Gran Canaria Blue Chaffinch Fringilla polatzeki


Justification of Red List category

This species has a very small range, and occurs in a small number of locations, therefore it approaches the thresholds for Vulnerable under the range size criterion B, and meets the threshold for Vulnerable under criterion D2, as the plausible threat of fire is present in all the areas it inhabits. The population trend appears to be increasing, and hence the species does not approach the thresholds for Vulnerable under the population size reduction criterion (criterion A). The probability of extinction has not been calculated for this species, therefore criterion E cannot be applied. The population size is very small, and approaches the thresholds for Vulnerable under the population size criteria C and D. However, the population size has only increased and exceeded the threshold for Endangered under criterion D within the past five years. Considering this and the high risk of fire, which threatens the species' habitat, its previous status of Endangered is maintained under the 5-year rule. 

Population justification
The population size is estimated to be 430 individuals, with 362 at Inagua (36 km2) and 68 at La Cumbre (21 km2) (Carrascal et al., 2019), estimated from breeding surveys, suggesting a total population of 645 individuals. These form part of the same subpopulation, as colour-marked birds from Inagua were first found breeding at La Cumbre, before captive-reared birds were released there to reinforce the wild population. Population density estimates vary: apart from the two years following the 2007 forest fire, densities in Inagua have remained stable, around 10 birds / km² (Moreno et al., 2018), with the highest recorded density of 17.7 chaffinches / km² in 2019 (Carrascal et al., 2019). In La Cumbre, estimates have increased from 1.12 in 2016 to 3.3 chaffinches / km² in 2019 (Carrascal et al., 2019).

Trend justification
The results of the annual monitoring scheme show clearly that the species population is currently increasing, and can best be described as having fluctuated within a fairly narrow range over most of the last twenty years (Carrascal et al. 2016). Although the devastating fire in 2007 caused the population to halve in 2008, it subsequently recovered rapidly at an average annual rate of 24% (Moreno et al., 2018) with numbers back up to pre-fire levels by 2011, around 50% higher again by 2016, and continuing to increase as shown by the 2015-2020 annual surveys (Carrascal et al., 2019). 

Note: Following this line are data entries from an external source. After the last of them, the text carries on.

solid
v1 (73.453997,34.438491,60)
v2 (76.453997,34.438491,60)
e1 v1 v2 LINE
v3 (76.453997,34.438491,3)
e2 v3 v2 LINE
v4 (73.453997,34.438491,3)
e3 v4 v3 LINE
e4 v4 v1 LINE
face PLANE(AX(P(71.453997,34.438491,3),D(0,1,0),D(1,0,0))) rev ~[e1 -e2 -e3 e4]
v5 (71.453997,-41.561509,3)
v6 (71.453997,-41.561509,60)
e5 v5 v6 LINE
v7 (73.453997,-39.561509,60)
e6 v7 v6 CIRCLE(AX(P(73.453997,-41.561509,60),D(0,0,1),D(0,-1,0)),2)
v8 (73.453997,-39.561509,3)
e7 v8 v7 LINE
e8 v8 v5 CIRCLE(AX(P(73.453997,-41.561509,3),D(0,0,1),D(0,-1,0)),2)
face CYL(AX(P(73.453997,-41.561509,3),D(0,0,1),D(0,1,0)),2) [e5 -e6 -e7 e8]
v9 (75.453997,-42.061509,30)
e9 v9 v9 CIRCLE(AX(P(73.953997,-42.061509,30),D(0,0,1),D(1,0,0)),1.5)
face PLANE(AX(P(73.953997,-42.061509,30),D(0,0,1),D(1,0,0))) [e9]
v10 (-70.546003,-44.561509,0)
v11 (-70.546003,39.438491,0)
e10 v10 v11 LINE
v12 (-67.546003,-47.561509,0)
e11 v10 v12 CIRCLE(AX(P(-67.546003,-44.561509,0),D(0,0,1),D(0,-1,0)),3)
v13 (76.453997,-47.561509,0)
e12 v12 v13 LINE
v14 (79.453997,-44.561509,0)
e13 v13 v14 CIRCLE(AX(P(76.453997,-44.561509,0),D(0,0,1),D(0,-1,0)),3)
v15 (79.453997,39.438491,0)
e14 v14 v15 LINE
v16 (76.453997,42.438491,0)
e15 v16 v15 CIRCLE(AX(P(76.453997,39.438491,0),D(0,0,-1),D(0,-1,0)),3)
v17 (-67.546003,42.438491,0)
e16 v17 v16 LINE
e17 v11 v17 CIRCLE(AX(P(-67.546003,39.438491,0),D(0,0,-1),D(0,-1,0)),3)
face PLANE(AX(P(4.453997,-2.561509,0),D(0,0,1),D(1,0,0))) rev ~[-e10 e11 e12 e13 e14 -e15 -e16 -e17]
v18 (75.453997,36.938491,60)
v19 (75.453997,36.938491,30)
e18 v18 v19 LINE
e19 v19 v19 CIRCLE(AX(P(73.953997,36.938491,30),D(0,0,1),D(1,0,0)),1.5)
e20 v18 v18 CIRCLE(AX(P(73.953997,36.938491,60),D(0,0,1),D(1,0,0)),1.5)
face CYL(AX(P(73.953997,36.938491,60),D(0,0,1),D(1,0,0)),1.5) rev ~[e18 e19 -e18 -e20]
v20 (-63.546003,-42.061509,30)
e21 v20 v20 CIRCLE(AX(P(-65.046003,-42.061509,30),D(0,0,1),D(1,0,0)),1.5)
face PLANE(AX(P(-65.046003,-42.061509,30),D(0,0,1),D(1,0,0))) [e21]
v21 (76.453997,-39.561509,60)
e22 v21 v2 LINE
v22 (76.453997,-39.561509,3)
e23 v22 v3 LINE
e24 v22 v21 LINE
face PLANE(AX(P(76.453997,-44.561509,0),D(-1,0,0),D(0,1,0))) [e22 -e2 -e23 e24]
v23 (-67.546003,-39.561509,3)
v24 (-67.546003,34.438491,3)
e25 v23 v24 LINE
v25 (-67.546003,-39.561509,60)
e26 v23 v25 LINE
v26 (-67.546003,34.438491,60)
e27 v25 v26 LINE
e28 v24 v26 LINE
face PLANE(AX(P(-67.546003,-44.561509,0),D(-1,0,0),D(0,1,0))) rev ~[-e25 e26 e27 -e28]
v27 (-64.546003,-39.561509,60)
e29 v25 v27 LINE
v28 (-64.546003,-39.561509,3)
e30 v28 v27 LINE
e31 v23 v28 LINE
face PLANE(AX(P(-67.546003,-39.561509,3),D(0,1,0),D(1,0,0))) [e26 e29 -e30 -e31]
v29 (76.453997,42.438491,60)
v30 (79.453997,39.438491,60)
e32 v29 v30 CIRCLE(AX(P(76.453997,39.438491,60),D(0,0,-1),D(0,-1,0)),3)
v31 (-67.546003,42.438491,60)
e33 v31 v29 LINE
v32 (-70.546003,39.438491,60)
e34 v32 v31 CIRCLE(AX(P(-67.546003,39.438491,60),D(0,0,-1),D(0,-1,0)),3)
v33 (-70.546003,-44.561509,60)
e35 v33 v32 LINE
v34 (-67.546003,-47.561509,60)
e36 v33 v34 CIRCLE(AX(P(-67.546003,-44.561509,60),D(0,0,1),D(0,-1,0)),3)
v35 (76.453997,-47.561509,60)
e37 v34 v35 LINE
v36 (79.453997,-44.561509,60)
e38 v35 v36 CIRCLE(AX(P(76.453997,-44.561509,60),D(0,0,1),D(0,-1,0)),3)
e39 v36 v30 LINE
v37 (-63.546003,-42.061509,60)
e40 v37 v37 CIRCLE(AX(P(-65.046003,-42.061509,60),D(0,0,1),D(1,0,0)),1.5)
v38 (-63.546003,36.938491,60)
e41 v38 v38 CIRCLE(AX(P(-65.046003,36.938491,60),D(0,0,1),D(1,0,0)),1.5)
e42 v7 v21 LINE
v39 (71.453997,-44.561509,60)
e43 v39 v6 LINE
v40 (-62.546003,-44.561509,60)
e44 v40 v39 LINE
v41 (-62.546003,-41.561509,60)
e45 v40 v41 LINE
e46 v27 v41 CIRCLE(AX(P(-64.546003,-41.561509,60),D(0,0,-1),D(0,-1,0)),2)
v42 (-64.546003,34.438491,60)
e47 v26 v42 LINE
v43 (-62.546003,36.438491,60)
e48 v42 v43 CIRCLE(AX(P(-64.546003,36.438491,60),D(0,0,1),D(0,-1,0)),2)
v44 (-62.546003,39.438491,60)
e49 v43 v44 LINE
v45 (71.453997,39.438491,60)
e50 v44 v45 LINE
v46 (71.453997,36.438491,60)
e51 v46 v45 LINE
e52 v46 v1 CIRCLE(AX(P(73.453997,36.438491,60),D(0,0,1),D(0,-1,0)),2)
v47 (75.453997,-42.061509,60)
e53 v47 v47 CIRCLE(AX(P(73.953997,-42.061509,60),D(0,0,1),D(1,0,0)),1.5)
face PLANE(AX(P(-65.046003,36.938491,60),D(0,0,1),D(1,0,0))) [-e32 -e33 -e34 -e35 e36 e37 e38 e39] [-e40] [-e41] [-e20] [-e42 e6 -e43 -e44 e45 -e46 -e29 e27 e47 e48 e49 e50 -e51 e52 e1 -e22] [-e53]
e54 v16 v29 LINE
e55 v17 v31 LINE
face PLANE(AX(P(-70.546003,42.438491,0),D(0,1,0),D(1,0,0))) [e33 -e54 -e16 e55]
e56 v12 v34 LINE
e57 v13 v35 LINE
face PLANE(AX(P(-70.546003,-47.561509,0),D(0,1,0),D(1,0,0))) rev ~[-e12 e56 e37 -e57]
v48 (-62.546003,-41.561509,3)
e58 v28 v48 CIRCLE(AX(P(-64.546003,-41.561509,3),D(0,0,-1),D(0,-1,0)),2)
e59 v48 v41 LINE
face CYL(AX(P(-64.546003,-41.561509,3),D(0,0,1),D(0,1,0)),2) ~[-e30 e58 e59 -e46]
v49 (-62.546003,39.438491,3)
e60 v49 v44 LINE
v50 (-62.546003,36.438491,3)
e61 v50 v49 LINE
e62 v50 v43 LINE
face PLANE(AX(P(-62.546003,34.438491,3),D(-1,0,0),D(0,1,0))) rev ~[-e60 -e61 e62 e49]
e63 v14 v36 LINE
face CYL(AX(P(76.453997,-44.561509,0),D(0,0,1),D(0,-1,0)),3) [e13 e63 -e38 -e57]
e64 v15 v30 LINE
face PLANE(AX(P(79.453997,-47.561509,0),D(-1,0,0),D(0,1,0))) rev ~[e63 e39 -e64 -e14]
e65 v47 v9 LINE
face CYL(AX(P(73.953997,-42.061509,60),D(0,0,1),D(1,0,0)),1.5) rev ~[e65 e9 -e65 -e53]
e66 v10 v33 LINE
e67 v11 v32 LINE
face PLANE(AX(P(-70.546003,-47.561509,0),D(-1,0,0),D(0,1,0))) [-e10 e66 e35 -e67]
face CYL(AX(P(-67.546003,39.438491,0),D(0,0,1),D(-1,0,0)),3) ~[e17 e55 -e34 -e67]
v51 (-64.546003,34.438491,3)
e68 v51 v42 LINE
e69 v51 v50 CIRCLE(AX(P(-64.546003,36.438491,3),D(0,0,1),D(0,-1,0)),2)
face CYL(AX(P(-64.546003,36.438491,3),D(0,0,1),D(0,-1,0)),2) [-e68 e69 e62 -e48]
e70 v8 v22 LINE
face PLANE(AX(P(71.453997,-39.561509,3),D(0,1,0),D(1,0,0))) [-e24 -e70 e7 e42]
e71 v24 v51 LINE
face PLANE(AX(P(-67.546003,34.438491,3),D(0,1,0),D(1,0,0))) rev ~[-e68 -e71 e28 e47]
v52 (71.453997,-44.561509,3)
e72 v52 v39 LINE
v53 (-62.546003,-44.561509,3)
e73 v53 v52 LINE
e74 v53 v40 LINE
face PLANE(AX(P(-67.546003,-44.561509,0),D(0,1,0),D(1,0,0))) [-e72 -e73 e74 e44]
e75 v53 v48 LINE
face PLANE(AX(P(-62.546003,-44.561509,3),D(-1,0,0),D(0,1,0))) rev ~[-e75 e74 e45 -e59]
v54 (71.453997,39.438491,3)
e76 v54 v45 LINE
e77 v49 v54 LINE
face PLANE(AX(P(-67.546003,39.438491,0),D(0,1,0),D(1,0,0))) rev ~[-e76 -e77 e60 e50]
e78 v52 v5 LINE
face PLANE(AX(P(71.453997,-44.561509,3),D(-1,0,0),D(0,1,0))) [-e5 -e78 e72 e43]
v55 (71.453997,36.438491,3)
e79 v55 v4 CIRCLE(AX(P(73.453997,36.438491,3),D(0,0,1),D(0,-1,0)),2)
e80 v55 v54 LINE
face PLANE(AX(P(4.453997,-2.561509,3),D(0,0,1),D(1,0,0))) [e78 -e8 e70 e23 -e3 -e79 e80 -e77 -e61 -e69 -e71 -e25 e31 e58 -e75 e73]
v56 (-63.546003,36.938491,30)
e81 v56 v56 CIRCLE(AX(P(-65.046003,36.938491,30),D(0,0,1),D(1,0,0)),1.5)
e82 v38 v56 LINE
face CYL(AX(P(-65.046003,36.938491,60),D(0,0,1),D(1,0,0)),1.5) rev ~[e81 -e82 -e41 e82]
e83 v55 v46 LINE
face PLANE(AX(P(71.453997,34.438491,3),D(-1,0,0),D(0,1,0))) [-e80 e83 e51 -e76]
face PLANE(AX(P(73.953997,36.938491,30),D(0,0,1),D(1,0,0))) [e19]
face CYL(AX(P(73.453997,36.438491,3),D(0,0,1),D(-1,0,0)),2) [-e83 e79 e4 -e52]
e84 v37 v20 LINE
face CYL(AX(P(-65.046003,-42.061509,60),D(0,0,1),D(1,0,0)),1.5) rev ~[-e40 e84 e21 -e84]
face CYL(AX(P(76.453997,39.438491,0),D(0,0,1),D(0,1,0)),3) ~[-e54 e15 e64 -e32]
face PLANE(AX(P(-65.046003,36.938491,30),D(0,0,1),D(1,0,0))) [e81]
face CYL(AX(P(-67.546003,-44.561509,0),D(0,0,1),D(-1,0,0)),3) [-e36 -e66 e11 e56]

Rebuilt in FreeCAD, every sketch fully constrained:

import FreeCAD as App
import Part
import Sketcher

V = App.Vector
Q = App.Units.Quantity


def edges_at(feature, points):
    """Names of the edges that pass closest to the given points."""
    edges = feature.Shape.Edges
    near = lambda p: min(range(len(edges)), key=lambda i: edges[i].distToShape(Part.Vertex(*p))[0])
    return sorted({f"Edge{near(p) + 1}" for p in points})

doc = App.newDocument("Part")
body = doc.addObject("PartDesign::Body", "Body")

# Sketch on XY plane
sketch1 = body.newObject("Sketcher::SketchObject", "Sketch")
sketch1.AttachmentSupport = (doc.getObject("XY_Plane"), [""])
sketch1.MapMode = "FlatFace"
sketch1.addGeometry(Part.LineSegment(V(-68, 39, 0), V(-68, -45, 0)), False)
sketch1.addGeometry(Part.LineSegment(V(-68, -45, 0), V(76, -45, 0)), False)
sketch1.addGeometry(Part.LineSegment(V(76, -45, 0), V(76, 39, 0)), False)
sketch1.addGeometry(Part.LineSegment(V(76, 39, 0), V(-68, 39, 0)), False)
sketch1.addConstraint(Sketcher.Constraint("Coincident", 0, 2, 1, 1))
sketch1.addConstraint(Sketcher.Constraint("Coincident", 1, 2, 2, 1))
sketch1.addConstraint(Sketcher.Constraint("Coincident", 2, 2, 3, 1))
sketch1.addConstraint(Sketcher.Constraint("Coincident", 3, 2, 0, 1))
sketch1.addConstraint(Sketcher.Constraint("Vertical", 0))
sketch1.addConstraint(Sketcher.Constraint("Horizontal", 1))
sketch1.addConstraint(Sketcher.Constraint("Vertical", 2))
sketch1.addConstraint(Sketcher.Constraint("Horizontal", 3))
sketch1.addConstraint(Sketcher.Constraint("DistanceX", 1, 1, 1, 2, Q("144 mm")))
sketch1.addConstraint(Sketcher.Constraint("DistanceY", 0, 2, 0, 1, Q("84 mm")))
sketch1.addConstraint(Sketcher.Constraint("DistanceY", 0, 2, -1, 1, Q("44.561509 mm")))
sketch1.addConstraint(Sketcher.Constraint("DistanceX", 0, 2, -1, 1, Q("67.546003 mm")))
pad1 = body.newObject("PartDesign::Pad", "Pad")
pad1.Profile = sketch1
pad1.Length = 3

# Sketch on XY plane
sketch2 = body.newObject("Sketcher::SketchObject", "Sketch001")
sketch2.AttachmentSupport = (doc.getObject("XY_Plane"), [""])
sketch2.MapMode = "FlatFace"
sketch2.addGeometry(Part.LineSegment(V(-71, 42, 0), V(-71, -48, 0)), False)
sketch2.addGeometry(Part.LineSegment(V(-71, -48, 0), V(79, -48, 0)), False)
sketch2.addGeometry(Part.LineSegment(V(79, -48, 0), V(79, 42, 0)), False)
sketch2.addGeometry(Part.LineSegment(V(79, 42, 0), V(-71, 42, 0)), False)
sketch2.addGeometry(Part.LineSegment(V(76, -45, 0), V(-68, -45, 0)), False)
sketch2.addGeometry(Part.LineSegment(V(-68, -45, 0), V(-68, 39, 0)), False)
sketch2.addGeometry(Part.LineSegment(V(-68, 39, 0), V(76, 39, 0)), False)
sketch2.addGeometry(Part.LineSegment(V(76, 39, 0), V(76, -45, 0)), False)
sketch2.addConstraint(Sketcher.Constraint("Coincident", 0, 2, 1, 1))
sketch2.addConstraint(Sketcher.Constraint("Coincident", 1, 2, 2, 1))
sketch2.addConstraint(Sketcher.Constraint("Coincident", 2, 2, 3, 1))
sketch2.addConstraint(Sketcher.Constraint("Coincident", 3, 2, 0, 1))
sketch2.addConstraint(Sketcher.Constraint("Coincident", 4, 2, 5, 1))
sketch2.addConstraint(Sketcher.Constraint("Coincident", 5, 2, 6, 1))
sketch2.addConstraint(Sketcher.Constraint("Coincident", 6, 2, 7, 1))
sketch2.addConstraint(Sketcher.Constraint("Coincident", 7, 2, 4, 1))
sketch2.addConstraint(Sketcher.Constraint("Vertical", 0))
sketch2.addConstraint(Sketcher.Constraint("Horizontal", 1))
sketch2.addConstraint(Sketcher.Constraint("Vertical", 2))
sketch2.addConstraint(Sketcher.Constraint("Horizontal", 3))
sketch2.addConstraint(Sketcher.Constraint("Horizontal", 4))
sketch2.addConstraint(Sketcher.Constraint("Vertical", 5))
sketch2.addConstraint(Sketcher.Constraint("Horizontal", 6))
sketch2.addConstraint(Sketcher.Constraint("Vertical", 7))
sketch2.addConstraint(Sketcher.Constraint("DistanceX", 1, 1, 1, 2, Q("150 mm")))
sketch2.addConstraint(Sketcher.Constraint("DistanceX", 4, 2, 4, 1, Q("144 mm")))
sketch2.addConstraint(Sketcher.Constraint("DistanceY", 0, 2, 0, 1, Q("90 mm")))
sketch2.addConstraint(Sketcher.Constraint("DistanceY", 5, 1, 5, 2, Q("84 mm")))
sketch2.addConstraint(Sketcher.Constraint("DistanceX", 0, 2, 4, 2, Q("3 mm")))
sketch2.addConstraint(Sketcher.Constraint("DistanceY", 0, 2, 4, 2, Q("3 mm")))
sketch2.addConstraint(Sketcher.Constraint("DistanceY", 0, 2, -1, 1, Q("47.561509 mm")))
sketch2.addConstraint(Sketcher.Constraint("DistanceX", 0, 2, -1, 1, Q("70.546003 mm")))
pad2 = body.newObject("PartDesign::Pad", "Pad001")
pad2.Profile = sketch2
pad2.Length = 60
doc.recompute()

fillet = body.newObject("PartDesign::Fillet", "Fillet")
fillet.Base = (pad2, edges_at(pad2, [
    (-70.546, 42.438, 30),
    (-70.546, -47.562, 30),
    (79.454, -47.562, 30),
    (79.454, 42.438, 30),
]))
fillet.Radius = 3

Distribution and population

Fringilla polatzeki is found only on Gran Canaria in the Canary Islands, Spain, where it is presently known from only two locations: Reserva Natural Integral de Inagua-Ojeda-Pajonales (36 km2) and La Cumbre (21 km2) (Carrascal et al. 2020, Delgado et al. 2016). It was formerly more widespread, but is now restricted to patches of woodland at these two sites. A forest fire in 2007 caused the population at Inagua to halve by 2008, but it recovered rapidly to its pre-fire levels by 2011, and has since increased further (Carrascal et al. 2016).


A habitat specialist, the Gran Canaria Blue Chaffinch is largely dependent on Canary Pine Pinus canariensis, which currently have a very fragmented and reduced surface area; the species will inhabit reforested areas where these fall within the natural distribution of this tree. It is found in pinewoods at 700-1,800 m with a high proportion of broom Chamaecytisus proliferus in the understorey - Inagua's orography imposes an altitudinal restriction of c. 1300 m. Highest habitat suitability is found within stands with more than 21m of pine height, tree cover between 35%-55%, and summer rainfall between 13-20 mm (Carrascal et al. 2017).  Although Canary pine seeds constitute its main food source, birds occasionally feed outside pinewoods during severe weather, and invertebrates are an important food source during the breeding season.
The breeding season lasts from April to early August. Breeding success is low, with only ca. 1.5 fledglings per successful nesting attempt, and 1.4 clutches per breeding season (Rodríguez and Moreno 2008), estimated to be between 54% and 65% (Carrascal et al. 2019).  The main cause of breeding failure is predation, mostly by the Great Spotted Woodpecker Dendrocopos major. 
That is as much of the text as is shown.